In a similar move, Brunswick, Georgia-based Southeast Georgia Health System, which includes two hospitals, two nursing homes, and a physician network, warned this fall that it would end its contract with Centene Corp.’s Wellcare Medicare Advantage plans in December, citing what it said was years of “inappropriate payment of claims and unreasonable denials.”
In some cases, health systems’ threats to abandon Advantage plans — as well as insurers’ threats not to include providers in their networks — are negotiating tactics, intended as leverage to win concessions on payment rates or other issues. And some have been resolved. Ohio’s Adena Regional Medical Center, for example, said in September it would drop Medicare Advantage plans offered by Elevance Health, formerly known as Anthem Inc., but reinstated them following additional negotiations.
Still, some hospital and policy experts say the conflicts may be the beginning of a trend.
“This seems different,” said David Lipschutz, associate director and senior policy attorney at the Center for Medicare Advocacy, who said hospitals and doctors are becoming “much more vocal” about their frustration with some cost-control efforts by Medicare Advantage insurers.
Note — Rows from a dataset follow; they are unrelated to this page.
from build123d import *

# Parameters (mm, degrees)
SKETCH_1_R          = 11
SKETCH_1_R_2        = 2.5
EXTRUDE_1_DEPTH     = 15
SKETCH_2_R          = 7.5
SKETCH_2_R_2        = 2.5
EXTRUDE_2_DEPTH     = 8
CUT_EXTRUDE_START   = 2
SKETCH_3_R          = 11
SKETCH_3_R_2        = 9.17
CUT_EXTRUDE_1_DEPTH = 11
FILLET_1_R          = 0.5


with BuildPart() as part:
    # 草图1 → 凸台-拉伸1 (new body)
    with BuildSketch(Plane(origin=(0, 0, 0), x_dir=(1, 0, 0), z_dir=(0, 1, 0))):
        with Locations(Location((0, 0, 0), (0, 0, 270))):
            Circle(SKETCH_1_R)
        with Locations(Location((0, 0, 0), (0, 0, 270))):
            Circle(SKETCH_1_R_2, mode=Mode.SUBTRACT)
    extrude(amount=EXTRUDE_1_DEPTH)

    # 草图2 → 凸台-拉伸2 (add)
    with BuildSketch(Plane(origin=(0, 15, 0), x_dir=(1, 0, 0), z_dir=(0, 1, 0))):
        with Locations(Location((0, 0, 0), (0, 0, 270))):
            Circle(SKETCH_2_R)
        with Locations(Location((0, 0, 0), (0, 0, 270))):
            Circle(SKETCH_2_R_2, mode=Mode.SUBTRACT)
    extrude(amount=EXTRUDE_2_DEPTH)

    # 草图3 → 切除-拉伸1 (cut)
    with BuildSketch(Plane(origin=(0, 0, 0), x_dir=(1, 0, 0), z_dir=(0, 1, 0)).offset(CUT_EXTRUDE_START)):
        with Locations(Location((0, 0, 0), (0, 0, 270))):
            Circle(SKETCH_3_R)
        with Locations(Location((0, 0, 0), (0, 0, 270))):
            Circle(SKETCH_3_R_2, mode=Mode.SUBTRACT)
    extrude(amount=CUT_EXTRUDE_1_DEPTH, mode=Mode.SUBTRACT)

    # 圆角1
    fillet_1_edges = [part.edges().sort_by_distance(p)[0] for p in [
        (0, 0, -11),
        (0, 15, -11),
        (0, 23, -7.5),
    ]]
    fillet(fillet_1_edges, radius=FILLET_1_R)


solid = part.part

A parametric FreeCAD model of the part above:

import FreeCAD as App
import Part
import Sketcher
Q = App.Units.Quantity


def edges_at(feature, points):
    """Names of the edges that pass closest to the given points."""
    edges = feature.Shape.Edges
    near = lambda p: min(range(len(edges)), key=lambda i: edges[i].distToShape(Part.Vertex(*p))[0])
    return sorted({f"Edge{near(p) + 1}" for p in points})

doc = App.newDocument("Part")
body = doc.addObject("PartDesign::Body", "Body")

sketch1 = body.newObject("Sketcher::SketchObject", "Sketch")
sketch1.AttachmentSupport = (doc.getObject("XZ_Plane"), [""])
sketch1.MapMode = "FlatFace"
sketch1.addGeometry([
    Part.Circle(App.Vector(0, 0, 0), App.Vector(0, 0, 1), 11),
    Part.Circle(App.Vector(0, 0, 0), App.Vector(0, 0, 1), 2.5),
], False)
sketch1.addConstraint([
    Sketcher.Constraint("Coincident", 0, 3, -1, 1),
    Sketcher.Constraint("Coincident", 1, 3, -1, 1),
    Sketcher.Constraint("Diameter", 0, Q("22 mm")),
    Sketcher.Constraint("Diameter", 1, Q("5 mm")),
])
pad1 = body.newObject("PartDesign::Pad", "Pad")
pad1.Profile = sketch1
pad1.Length = 15
pad1.Reversed = True

sketch2 = body.newObject("Sketcher::SketchObject", "Sketch001")
sketch2.AttachmentSupport = (doc.getObject("XZ_Plane"), [""])
sketch2.MapMode = "FlatFace"
sketch2.AttachmentOffset = App.Placement(App.Vector(0, 0, -15), App.Rotation())
sketch2.addGeometry([
    Part.Circle(App.Vector(0, 0, 0), App.Vector(0, 0, 1), 7.5),
    Part.Circle(App.Vector(0, 0, 0), App.Vector(0, 0, 1), 2.5),
], False)
sketch2.addConstraint([
    Sketcher.Constraint("Coincident", 0, 3, -1, 1),
    Sketcher.Constraint("Coincident", 1, 3, -1, 1),
    Sketcher.Constraint("Diameter", 0, Q("15 mm")),
    Sketcher.Constraint("Diameter", 1, Q("5 mm")),
])
pad2 = body.newObject("PartDesign::Pad", "Pad001")
pad2.Profile = sketch2
pad2.Length = 8
pad2.Reversed = True

sketch3 = body.newObject("Sketcher::SketchObject", "Sketch002")
sketch3.AttachmentSupport = (doc.getObject("XZ_Plane"), [""])
sketch3.MapMode = "FlatFace"
sketch3.AttachmentOffset = App.Placement(App.Vector(0, 0, -2), App.Rotation())
sketch3.addGeometry([
    Part.Circle(App.Vector(0, 0, 0), App.Vector(0, 0, 1), 11),
    Part.Circle(App.Vector(0, 0, 0), App.Vector(0, 0, 1), 9),
], False)
sketch3.addConstraint([
    Sketcher.Constraint("Coincident", 0, 3, -1, 1),
    Sketcher.Constraint("Coincident", 1, 3, -1, 1),
    Sketcher.Constraint("Diameter", 0, Q("22 mm")),
    Sketcher.Constraint("Diameter", 1, Q("18.34 mm")),
])
pocket1 = body.newObject("PartDesign::Pocket", "Pocket")
pocket1.Profile = sketch3
pocket1.Length = 11
doc.recompute()

fillet = body.newObject("PartDesign::Fillet", "Fillet")
fillet.Base = (pocket1, edges_at(pocket1, [(0, 0, -11), (0, 15, -11), (0, 23, -7.5)]))
fillet.Radius = 0.5

doc.recompute()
“There have been serious problems with payment suspensions and reviews that annoy the providers. I would not be surprised if we start to see more of this pushback” as the Medicare market becomes more concentrated among a handful of insurers, said Don Berwick, president emeritus and senior fellow at the Institute for Healthcare Improvement and a former CMS administrator.
While availability varies from county to county, Medicare beneficiaries can choose on average among 43 plans, according to KFF. UnitedHealthcare and Humana account for about half of the nationwide enrollment in Advantage plans.
Studies show that Medicare Advantage costs taxpayers more per beneficiary than the traditional program. But the plans enjoy the backing of many lawmakers, especially Republicans, because of their popularity.
The Health and Human Services Department’s inspector general reported last year that some Advantage plans have denied coverage for care that should have been provided under Medicare’s rules.
The report examined prior authorization requests — a requirement to seek insurers’ OK before certain treatments, procedures, or hospital stays — and claims denials, where insurers refuse to pay for all or part of care that’s already been performed.
Lawmakers have recently demanded additional information from Advantage insurers about the factors they use to make such determinations.
CMS proposed a rule this month to cap commissions for brokers who sell Medicare Advantage plans and require more detail on how the plans’ prior approval programs affect certain low-income enrollees and people with disabilities.
Lipschutz said the HHS inspector general’s study may have encouraged hospitals and doctors to be more outspoken.
The inspector general’s office found that 13% of the denied requests for treatment it reviewed and 18% of denied claims were for care that should have been covered. Responding in part to that report, the Biden administration issued a rule set to take effect in January that requires Medicare Advantage plans to provide “the same medically necessary care” as the traditional program. Every Advantage insurer must also annually review its own policies to make sure they match those in the traditional program.
The American Hospital Association, while lauding the administration’s action, questioned whether it would be enough. In a letter sent last month to CMS, the hospital lobbying group said its members “have heard from some [insurers] that they either do not plan to make any changes to their protocols” or “have made changes to their denial letter terminology or procedures in a way that appears to circumvent the intent of the new rules.” The letter urged “rigorous oversight” by CMS.
Allen, the AHIP spokesperson, did not respond to a request to comment on the AHA letter.